Thanks for the tip Euvid


----------



## knitwitch36

thank you for the tip.happy Christmas and a merry new year


----------



## laceandbits

Petrol (gas to you in the US), plus some sewing machine oil, plus a small amount of fine sand if the needles are very rusty. It it all in an old screw top jar so it's about third to half full, add the needles and screw the top on tight. 

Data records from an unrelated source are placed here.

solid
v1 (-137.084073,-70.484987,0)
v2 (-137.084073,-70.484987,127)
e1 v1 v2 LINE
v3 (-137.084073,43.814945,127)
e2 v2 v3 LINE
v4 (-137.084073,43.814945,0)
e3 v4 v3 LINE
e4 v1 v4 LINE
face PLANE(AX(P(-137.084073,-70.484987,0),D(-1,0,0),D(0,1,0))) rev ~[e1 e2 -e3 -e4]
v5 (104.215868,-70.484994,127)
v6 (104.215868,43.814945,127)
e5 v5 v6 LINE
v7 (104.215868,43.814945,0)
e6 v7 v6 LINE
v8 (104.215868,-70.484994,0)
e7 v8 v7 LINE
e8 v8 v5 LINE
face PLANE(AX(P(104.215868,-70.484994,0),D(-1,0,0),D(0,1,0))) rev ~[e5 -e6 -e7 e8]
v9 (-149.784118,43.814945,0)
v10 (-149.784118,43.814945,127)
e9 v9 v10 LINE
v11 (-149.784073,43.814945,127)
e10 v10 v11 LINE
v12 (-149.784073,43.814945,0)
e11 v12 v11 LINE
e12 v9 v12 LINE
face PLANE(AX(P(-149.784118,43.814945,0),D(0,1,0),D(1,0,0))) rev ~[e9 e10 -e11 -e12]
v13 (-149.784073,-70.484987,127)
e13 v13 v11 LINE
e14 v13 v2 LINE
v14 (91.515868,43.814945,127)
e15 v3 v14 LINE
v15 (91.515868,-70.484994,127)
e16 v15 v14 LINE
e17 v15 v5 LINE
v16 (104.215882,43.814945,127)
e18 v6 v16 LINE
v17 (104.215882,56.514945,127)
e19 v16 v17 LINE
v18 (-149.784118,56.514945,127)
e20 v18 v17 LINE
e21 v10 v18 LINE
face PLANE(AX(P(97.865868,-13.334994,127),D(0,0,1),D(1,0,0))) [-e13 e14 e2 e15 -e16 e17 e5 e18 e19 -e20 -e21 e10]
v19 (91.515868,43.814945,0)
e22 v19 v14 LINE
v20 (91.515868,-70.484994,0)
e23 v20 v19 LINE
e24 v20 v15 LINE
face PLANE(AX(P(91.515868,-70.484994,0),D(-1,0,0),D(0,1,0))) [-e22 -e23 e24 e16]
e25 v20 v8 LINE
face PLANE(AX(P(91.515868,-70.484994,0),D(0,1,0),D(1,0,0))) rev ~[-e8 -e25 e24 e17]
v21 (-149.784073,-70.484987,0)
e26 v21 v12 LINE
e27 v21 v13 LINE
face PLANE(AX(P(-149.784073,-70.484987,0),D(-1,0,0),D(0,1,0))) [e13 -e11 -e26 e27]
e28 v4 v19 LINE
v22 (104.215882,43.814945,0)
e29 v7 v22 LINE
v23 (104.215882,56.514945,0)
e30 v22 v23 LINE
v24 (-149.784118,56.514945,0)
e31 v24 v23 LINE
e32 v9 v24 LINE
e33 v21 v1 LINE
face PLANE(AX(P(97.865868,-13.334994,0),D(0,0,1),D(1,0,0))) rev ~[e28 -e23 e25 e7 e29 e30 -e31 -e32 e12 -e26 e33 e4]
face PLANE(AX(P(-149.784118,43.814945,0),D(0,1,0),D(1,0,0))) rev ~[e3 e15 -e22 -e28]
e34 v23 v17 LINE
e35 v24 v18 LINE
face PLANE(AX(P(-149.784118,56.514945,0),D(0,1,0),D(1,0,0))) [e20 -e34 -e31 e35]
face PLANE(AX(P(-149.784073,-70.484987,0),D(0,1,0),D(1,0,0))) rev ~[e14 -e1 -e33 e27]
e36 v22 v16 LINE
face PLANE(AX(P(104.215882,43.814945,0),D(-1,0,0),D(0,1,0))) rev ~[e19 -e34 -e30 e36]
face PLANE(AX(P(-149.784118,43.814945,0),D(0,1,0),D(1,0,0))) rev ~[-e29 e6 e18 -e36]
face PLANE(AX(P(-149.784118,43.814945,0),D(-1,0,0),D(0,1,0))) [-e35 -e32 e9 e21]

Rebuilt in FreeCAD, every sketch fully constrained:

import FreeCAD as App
import Part
import Sketcher
Q = App.Units.Quantity


def add_polygon(sketch, points):
    """Adds a closed chain of lines whose ends are joined by coincident constraints."""
    first, n = sketch.GeometryCount, len(points)
    for a, b in zip(points, points[1:] + points[:1]):
        sketch.addGeometry(Part.LineSegment(App.Vector(*a, 0), App.Vector(*b, 0)), False)
    for i in range(n):
        sketch.addConstraint(Sketcher.Constraint("Coincident", first + i, 2, first + (i + 1) % n, 1))

doc = App.newDocument("Part")
body = doc.addObject("PartDesign::Body", "Body")

sketch1 = body.newObject("Sketcher::SketchObject", "Sketch")
sketch1.AttachmentSupport = (doc.getObject("XY_Plane"), [""])
sketch1.MapMode = "FlatFace"
add_polygon(sketch1, [(-149.784118, 56.514945), (-149.784118, 43.814945), (104.215882, 43.814945), (104.215882, 56.514945)])
sketch1.addConstraint([
    Sketcher.Constraint("Vertical", 0),
    Sketcher.Constraint("Horizontal", 1),
    Sketcher.Constraint("Vertical", 2),
    Sketcher.Constraint("Horizontal", 3),
    Sketcher.Constraint("DistanceX", 1, 1, 1, 2, Q("10 in")),
    Sketcher.Constraint("DistanceY", 0, 2, 0, 1, Q("0.5 in")),
    Sketcher.Constraint("DistanceX", 0, 2, -1, 1, 149.784118),
    Sketcher.Constraint("DistanceY", -1, 1, 0, 2, 43.814945),
])
pad1 = body.newObject("PartDesign::Pad", "Pad")
pad1.Profile = sketch1
pad1.Length = Q("5 in")

sketch2 = body.newObject("Sketcher::SketchObject", "Sketch001")
sketch2.AttachmentSupport = (doc.getObject("XY_Plane"), [""])
sketch2.MapMode = "FlatFace"
add_polygon(sketch2, [(-149.784073, 43.815013), (-149.784073, -70.484987), (-137.084073, -70.484987), (-137.084073, 43.815013)])
sketch2.addConstraint([
    Sketcher.Constraint("Vertical", 0),
    Sketcher.Constraint("Horizontal", 1),
    Sketcher.Constraint("Vertical", 2),
    Sketcher.Constraint("Horizontal", 3),
    Sketcher.Constraint("DistanceX", 1, 1, 1, 2, Q("0.5 in")),
    Sketcher.Constraint("DistanceY", 0, 2, 0, 1, Q("4.5 in")),
    Sketcher.Constraint("DistanceX", 0, 2, -1, 1, 149.784073),
    Sketcher.Constraint("DistanceY", 0, 2, -1, 1, 70.484987),
])
pad2 = body.newObject("PartDesign::Pad", "Pad001")
pad2.Profile = sketch2
pad2.Length = Q("5 in")

sketch3 = body.newObject("Sketcher::SketchObject", "Sketch002")
sketch3.AttachmentSupport = (doc.getObject("XY_Plane"), [""])
sketch3.MapMode = "FlatFace"
add_polygon(sketch3, [(91.515868, 43.815006), (91.515868, -70.484994), (104.215868, -70.484994), (104.215868, 43.815006)])
sketch3.addConstraint([
    Sketcher.Constraint("Vertical", 0),
    Sketcher.Constraint("Horizontal", 1),
    Sketcher.Constraint("Vertical", 2),
    Sketcher.Constraint("Horizontal", 3),
    Sketcher.Constraint("DistanceX", 1, 1, 1, 2, Q("0.5 in")),
    Sketcher.Constraint("DistanceY", 0, 2, 0, 1, Q("4.5 in")),
    Sketcher.Constraint("DistanceX", -1, 1, 1, 2, 104.215868),
    Sketcher.Constraint("DistanceY", 0, 2, -1, 1, 70.484994),
])
pad3 = body.newObject("PartDesign::Pad", "Pad002")
pad3.Profile = sketch3
pad3.Length = Q("5 in")

doc.recompute()
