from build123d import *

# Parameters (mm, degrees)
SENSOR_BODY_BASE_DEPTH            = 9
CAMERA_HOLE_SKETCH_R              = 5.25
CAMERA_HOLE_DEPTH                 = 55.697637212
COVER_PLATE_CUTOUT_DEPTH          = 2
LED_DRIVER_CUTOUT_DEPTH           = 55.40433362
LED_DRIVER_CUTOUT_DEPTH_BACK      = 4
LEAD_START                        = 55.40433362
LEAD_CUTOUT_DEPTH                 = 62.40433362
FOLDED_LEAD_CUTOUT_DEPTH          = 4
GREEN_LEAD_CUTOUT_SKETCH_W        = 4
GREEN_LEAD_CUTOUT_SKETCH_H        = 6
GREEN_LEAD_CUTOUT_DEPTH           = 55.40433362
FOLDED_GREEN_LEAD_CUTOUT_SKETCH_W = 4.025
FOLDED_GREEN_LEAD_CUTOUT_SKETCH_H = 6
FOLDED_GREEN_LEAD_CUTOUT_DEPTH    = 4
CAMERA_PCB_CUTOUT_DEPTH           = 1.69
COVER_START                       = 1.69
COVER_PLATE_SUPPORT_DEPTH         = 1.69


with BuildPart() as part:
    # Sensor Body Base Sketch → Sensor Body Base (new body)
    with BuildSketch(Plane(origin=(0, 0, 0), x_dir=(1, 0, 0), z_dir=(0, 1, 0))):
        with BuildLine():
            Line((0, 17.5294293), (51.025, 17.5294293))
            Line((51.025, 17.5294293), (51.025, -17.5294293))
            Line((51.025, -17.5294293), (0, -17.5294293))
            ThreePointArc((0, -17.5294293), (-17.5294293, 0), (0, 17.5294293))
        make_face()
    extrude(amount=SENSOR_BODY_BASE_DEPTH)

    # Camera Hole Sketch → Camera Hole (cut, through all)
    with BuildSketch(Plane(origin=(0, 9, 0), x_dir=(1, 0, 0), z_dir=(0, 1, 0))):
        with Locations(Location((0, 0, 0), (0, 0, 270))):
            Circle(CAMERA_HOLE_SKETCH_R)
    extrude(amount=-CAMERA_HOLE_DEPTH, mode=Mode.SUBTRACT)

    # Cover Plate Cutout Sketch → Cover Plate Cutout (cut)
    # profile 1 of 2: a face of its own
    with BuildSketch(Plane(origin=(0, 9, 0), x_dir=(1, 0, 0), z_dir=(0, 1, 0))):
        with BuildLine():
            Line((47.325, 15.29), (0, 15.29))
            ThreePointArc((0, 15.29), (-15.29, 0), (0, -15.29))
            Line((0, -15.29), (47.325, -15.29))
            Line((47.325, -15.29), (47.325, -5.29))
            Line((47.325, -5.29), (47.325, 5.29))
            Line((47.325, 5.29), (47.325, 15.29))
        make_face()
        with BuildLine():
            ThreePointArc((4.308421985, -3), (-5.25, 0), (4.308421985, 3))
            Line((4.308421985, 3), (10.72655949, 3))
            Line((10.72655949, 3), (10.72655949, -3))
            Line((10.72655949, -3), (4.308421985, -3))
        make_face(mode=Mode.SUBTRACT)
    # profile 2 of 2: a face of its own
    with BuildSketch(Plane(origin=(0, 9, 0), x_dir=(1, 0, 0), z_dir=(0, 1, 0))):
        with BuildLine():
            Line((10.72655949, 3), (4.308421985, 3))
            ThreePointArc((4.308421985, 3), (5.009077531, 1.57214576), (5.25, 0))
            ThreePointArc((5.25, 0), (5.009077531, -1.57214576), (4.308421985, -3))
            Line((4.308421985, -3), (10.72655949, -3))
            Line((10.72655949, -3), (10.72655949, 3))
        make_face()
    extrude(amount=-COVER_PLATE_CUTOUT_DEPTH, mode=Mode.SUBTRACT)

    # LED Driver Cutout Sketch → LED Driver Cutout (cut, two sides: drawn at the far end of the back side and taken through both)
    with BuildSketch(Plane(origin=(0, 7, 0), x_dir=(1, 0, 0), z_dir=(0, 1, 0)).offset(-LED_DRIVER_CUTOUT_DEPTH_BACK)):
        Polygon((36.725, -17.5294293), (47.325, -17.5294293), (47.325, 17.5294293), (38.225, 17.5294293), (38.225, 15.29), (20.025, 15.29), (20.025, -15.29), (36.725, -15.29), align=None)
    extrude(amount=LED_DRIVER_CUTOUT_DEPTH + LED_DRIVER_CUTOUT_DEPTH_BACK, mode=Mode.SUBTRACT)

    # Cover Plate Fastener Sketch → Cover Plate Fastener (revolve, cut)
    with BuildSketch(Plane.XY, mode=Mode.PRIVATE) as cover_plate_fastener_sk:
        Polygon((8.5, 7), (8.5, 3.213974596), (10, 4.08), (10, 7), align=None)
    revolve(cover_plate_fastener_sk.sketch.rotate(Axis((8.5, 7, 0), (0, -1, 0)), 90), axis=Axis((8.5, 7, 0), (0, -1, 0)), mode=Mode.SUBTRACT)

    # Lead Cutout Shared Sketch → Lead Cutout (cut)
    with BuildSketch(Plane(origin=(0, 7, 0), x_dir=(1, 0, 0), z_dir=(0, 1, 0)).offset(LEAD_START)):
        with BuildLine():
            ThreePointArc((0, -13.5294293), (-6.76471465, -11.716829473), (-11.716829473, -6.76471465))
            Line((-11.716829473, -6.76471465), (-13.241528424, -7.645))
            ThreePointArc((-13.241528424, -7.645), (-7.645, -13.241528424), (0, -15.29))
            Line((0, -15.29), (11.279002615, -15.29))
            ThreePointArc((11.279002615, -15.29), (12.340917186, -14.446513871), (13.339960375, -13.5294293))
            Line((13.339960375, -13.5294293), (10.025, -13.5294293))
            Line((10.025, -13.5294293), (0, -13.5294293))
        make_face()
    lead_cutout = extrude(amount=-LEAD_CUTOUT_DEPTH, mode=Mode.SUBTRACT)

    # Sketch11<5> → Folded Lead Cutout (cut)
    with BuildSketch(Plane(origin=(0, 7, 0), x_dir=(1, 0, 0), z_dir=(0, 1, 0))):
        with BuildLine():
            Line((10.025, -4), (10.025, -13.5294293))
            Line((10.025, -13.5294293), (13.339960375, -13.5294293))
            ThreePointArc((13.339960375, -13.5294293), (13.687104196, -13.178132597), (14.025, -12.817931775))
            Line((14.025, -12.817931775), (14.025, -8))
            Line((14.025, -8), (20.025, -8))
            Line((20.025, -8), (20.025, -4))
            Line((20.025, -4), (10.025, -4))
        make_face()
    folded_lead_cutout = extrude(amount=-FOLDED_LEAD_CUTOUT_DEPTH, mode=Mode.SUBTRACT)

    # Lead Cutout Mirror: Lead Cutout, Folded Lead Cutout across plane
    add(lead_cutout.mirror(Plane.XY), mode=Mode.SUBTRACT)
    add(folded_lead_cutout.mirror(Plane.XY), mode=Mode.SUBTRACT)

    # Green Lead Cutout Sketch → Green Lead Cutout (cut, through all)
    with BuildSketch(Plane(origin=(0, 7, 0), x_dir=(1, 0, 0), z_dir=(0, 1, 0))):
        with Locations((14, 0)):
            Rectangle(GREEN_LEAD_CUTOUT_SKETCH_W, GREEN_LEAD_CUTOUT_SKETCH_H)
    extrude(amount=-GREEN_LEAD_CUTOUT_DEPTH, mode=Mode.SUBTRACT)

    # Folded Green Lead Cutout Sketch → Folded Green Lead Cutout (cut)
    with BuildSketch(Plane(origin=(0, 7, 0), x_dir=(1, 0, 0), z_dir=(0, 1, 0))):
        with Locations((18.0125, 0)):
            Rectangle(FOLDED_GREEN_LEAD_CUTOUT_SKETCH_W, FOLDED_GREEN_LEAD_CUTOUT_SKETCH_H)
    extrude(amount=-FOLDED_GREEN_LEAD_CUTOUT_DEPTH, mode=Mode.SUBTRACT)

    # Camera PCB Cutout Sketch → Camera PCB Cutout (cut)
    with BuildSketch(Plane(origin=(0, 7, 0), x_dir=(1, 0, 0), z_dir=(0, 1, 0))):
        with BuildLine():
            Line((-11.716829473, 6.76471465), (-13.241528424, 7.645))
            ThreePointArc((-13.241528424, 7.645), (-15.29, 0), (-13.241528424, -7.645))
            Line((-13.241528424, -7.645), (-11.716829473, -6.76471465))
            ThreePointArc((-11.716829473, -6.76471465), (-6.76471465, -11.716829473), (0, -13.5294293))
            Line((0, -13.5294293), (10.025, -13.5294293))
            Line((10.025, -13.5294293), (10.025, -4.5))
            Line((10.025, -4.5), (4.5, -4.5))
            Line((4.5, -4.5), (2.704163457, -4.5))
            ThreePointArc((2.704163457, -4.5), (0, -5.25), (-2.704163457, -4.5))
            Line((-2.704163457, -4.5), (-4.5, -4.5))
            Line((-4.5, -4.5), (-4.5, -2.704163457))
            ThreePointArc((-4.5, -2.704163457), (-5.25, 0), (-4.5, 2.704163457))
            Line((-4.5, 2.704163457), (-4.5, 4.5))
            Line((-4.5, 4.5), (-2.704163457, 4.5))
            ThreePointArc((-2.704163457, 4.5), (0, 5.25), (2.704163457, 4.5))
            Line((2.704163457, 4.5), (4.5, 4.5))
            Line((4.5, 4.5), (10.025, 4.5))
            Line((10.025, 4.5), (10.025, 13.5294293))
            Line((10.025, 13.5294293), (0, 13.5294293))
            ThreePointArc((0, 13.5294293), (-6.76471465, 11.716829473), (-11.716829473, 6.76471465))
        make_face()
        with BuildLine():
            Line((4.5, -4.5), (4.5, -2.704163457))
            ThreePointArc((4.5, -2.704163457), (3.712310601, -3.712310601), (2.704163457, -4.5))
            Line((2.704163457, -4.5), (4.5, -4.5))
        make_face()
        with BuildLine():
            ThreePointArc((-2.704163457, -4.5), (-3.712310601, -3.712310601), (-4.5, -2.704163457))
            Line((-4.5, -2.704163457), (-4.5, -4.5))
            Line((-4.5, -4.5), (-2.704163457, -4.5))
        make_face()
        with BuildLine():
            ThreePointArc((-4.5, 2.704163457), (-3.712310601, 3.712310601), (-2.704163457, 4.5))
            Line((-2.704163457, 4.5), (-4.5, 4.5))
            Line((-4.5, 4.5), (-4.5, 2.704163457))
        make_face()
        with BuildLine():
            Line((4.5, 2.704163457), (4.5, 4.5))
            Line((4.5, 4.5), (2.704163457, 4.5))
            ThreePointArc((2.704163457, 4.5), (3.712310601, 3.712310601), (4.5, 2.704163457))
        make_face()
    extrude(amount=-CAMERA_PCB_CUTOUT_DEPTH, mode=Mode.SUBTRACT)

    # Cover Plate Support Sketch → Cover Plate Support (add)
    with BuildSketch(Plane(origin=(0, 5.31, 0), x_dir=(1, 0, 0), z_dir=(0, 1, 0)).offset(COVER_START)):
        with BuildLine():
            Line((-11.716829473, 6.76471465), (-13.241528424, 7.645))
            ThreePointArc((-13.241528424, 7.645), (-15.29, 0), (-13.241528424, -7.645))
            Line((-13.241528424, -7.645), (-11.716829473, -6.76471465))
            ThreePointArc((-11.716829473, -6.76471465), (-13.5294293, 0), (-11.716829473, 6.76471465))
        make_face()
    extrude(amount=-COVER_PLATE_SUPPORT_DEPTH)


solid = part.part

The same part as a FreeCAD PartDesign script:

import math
import FreeCAD as App
import Part
import Sketcher
Q = App.Units.Quantity

doc = App.newDocument("Part")
params = doc.addObject("Spreadsheet::Sheet", "Params")
for row, (alias, value) in enumerate([
    ("pad1_length", "9 mm"),
    ("sketch2_diameter", "10.5 mm"),
    ("sketch3_radius", "15.29 mm"),
    ("sketch3_radius2", "5.25 mm"),
    ("pocket2_length", "2 mm"),
    ("sketch4_width", "10.6 mm"),
    ("sketch4_width2", "9.1 mm"),
    ("sketch4_width3", "18.2 mm"),
    ("sketch4_height", "30.58 mm"),
    ("pocket3_length", "55.404334 mm"),
    ("pocket3_length2", "4 mm"),
    ("sketch5_width", "1.5 mm"),
    ("sketch5_height", "2.92 mm"),
    ("groove_angle", "360 deg"),
    ("sketch6_radius", "19 mm"),
    ("sketch6_radius2", "15.29 mm"),
    ("pocket4_length", "62.404334 mm"),
    ("sketch7_width", "6 mm"),
    ("sketch7_width2", "10 mm"),
    ("sketch7_height", "4 mm"),
    ("pocket5_length", "4 mm"),
    ("sketch8_width", "4 mm"),
    ("sketch8_height", "6 mm"),
    ("sketch9_height", "6 mm"),
    ("pocket7_length", "4 mm"),
    ("sketch10_radius", "15.29 mm"),
    ("sketch10_radius2", "5.25 mm"),
    ("pocket8_length", "1.69 mm"),
    ("sketch11_radius", "15.29 mm"),
    ("pad2_length", "1.69 mm"),
], start=1):
    params.set(f"A{row}", alias)
    params.set(f"B{row}", "=" + value)
    params.setAlias(f"B{row}", alias)

body = doc.addObject("PartDesign::Body", "Body")

# Sketch on XZ plane
sketch1 = body.newObject("Sketcher::SketchObject", "Sketch")
sketch1.AttachmentSupport = (doc.getObject("XZ_Plane"), [""])
sketch1.MapMode = "FlatFace"
sketch1.addGeometry([
    Part.LineSegment(App.Vector(51, -18, 0), App.Vector(0, -18, 0)),
    Part.ArcOfCircle(Part.Circle(App.Vector(0, 0, 0), App.Vector(0, 0, 1), 18), math.radians(90), math.radians(270)),
    Part.LineSegment(App.Vector(0, 18, 0), App.Vector(51, 18, 0)),
    Part.LineSegment(App.Vector(51, 18, 0), App.Vector(51, -18, 0)),
], False)
sketch1.addConstraint([
    Sketcher.Constraint("Tangent", 0, 2, 1, 2),
    Sketcher.Constraint("Tangent", 1, 1, 2, 1),
    Sketcher.Constraint("Coincident", 2, 2, 3, 1),
    Sketcher.Constraint("Coincident", 3, 2, 0, 1),
    Sketcher.Constraint("Horizontal", 0),
    Sketcher.Constraint("Horizontal", 2),
    Sketcher.Constraint("Vertical", 3),
    Sketcher.Constraint("Coincident", 1, 3, -1, 1),
    Sketcher.Constraint("DistanceX", 0, 2, 0, 1, 51.025),
    Sketcher.Constraint("Radius", 1, 17.529429),
])
pad1 = body.newObject("PartDesign::Pad", "Pad")
pad1.Profile = sketch1
pad1.setExpression("Length", "Params.pad1_length")
pad1.Reversed = True

# Sketch on XZ plane
sketch2 = body.newObject("Sketcher::SketchObject", "Sketch001")
sketch2.AttachmentSupport = (doc.getObject("XZ_Plane"), [""])
sketch2.MapMode = "FlatFace"
sketch2.AttachmentOffset = App.Placement(App.Vector(0, 0, -9), App.Rotation())
sketch2.addGeometry(Part.Circle(App.Vector(0, 0, 0), App.Vector(0, 0, 1), 5), False)
sketch2.addConstraint([
    Sketcher.Constraint("Coincident", 0, 3, -1, 1),
    Sketcher.Constraint("Diameter", 0, 10.5),
])
sketch2.setExpression("Constraints[1]", "Params.sketch2_diameter")
pocket1 = body.newObject("PartDesign::Pocket", "Pocket")
pocket1.Profile = sketch2
pocket1.Type = "ThroughAll"
pocket1.Reversed = True

# Sketch on XZ plane
sketch3 = body.newObject("Sketcher::SketchObject", "Sketch002")
sketch3.AttachmentSupport = (doc.getObject("XZ_Plane"), [""])
sketch3.MapMode = "FlatFace"
sketch3.AttachmentOffset = App.Placement(App.Vector(0, 0, -9), App.Rotation())
sketch3.addGeometry([
    Part.LineSegment(App.Vector(47.3, -15.3, 0), App.Vector(0, -15.3, 0)),  # 0
    Part.ArcOfCircle(Part.Circle(App.Vector(0, 0, 0), App.Vector(0, 0, 1), 15.3), math.radians(90), math.radians(270)),  # 1
    Part.LineSegment(App.Vector(0, 15.3, 0), App.Vector(47.3, 15.3, 0)),  # 2
    Part.LineSegment(App.Vector(47.3, 15.3, 0), App.Vector(47.3, -15.3, 0)),  # 3
    Part.ArcOfCircle(Part.Circle(App.Vector(0, 0, 0), App.Vector(0, 0, 1), 5.2), math.radians(35), math.radians(325)),  # 4
    Part.ArcOfCircle(Part.Circle(App.Vector(0, 0, 0), App.Vector(0, 0, 1), 5.2), math.radians(-35), math.radians(0)),  # 5
    Part.ArcOfCircle(Part.Circle(App.Vector(0, 0, 0), App.Vector(0, 0, 1), 5.2), math.radians(0), math.radians(35)),  # 6
], False)
sketch3.addConstraint([
    Sketcher.Constraint("Tangent", 0, 2, 1, 2),
    Sketcher.Constraint("Tangent", 1, 1, 2, 1),
    Sketcher.Constraint("Coincident", 2, 2, 3, 1),
    Sketcher.Constraint("Coincident", 3, 2, 0, 1),
    Sketcher.Constraint("Tangent", 4, 2, 5, 1),
    Sketcher.Constraint("Tangent", 5, 2, 6, 1),
    Sketcher.Constraint("Tangent", 6, 2, 4, 1),
    Sketcher.Constraint("Horizontal", 0),
    Sketcher.Constraint("Horizontal", 2),
    Sketcher.Constraint("Vertical", 3),
    Sketcher.Constraint("Coincident", 1, 3, -1, 1),
    Sketcher.Constraint("Coincident", 4, 3, -1, 1),
    Sketcher.Constraint("PointOnObject", 5, 2, -1),
    Sketcher.Constraint("Vertical", 4, 2, 6, 2),
    Sketcher.Constraint("Radius", 1, 15.29),
    Sketcher.Constraint("Radius", 4, 5.25),
    Sketcher.Constraint("DistanceY", 4, 2, -1, 1, 3.0),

Shake well until clean and both rust and residues of old oil and yarn will clean off, (leave to stand for the sand to settle if used) then the needles are not only clean but also protected against future rusting. If the petrol/oil mix is very dirty, repeat with a fresh, sand free jar full.


----------



## flohel

WD40


----------



## Oogie

NOOOOOOOOOOO never WD40


----------



## Laurelbee

Why not WD40???


----------



## Irish maggie

I read somewhere never to use WD40!!


----------



## susieknitter

Laurelbee said:


> Why not WD40???


I cant remember all the reasons that I was told why I should never use WD40 on a knitting machine. 
One that I can remember was that it attracts dirt and dust and therefore over time you will have black streaks in your knitting.
Another was that it can damage any/some plastic parts that it may come into contact with.


----------



## Laurelbee

Thanks for the hint about WD40. It sounded like such a simple and good idea. I know it was great when a bike hadn't been used for yonks and with a good spray of WD40 everything was streamlined and great to use. I just took out a top that I had knitted a year or two ago from just the finest yarn, using up scraps of fine yarn in 3" stripes separated by 2 rows of silver tuck. I used 7 different colours in the body and the sleeves only took 4 colours, but it was put away as too bright to wear. Anyway, I wore it today with a pale lemon sunray knitted skirt and felt like a million dollars. It is so soft and cool. I think I will wear it a lot this summer. I do hope that i kept the instructions. Wish I knew how to take a photo and send it xxx


----------



## euvid

The thing is the bike is not a knitting machine. I useWD40 on my garage door tracks but not on my machines.


----------



## kat030583

Thank you so much for the great tip! I can totally use this I have a few needles that need cleaning.


euvid said:


> Saw this on another chat room and thought I would share.
> Using around 5 regular tea bags in a cup of water, make a very strong brew. Remove bags and soak needles in it for a few hours. It will remove the rust. If the rust is very deep in the metal you may find you have to replace those needles. THe Tannic acid does the work. RInse and wipe and dry.


----------



## euvid

QUestion is Kat is what needs removing. The tannic acid will remove rust, don't know about the dried hardened oil.
I don't understand how the needles get rust anyway as they are stainless steel which shouldn't rust.
I cleaned a lot of needles soaking them in Balestrol (?) and then using 3m diamond dust sponge in medium grit which I dipped in the oily soak and the hardened dried oil came right off and the needles didn't get ruined.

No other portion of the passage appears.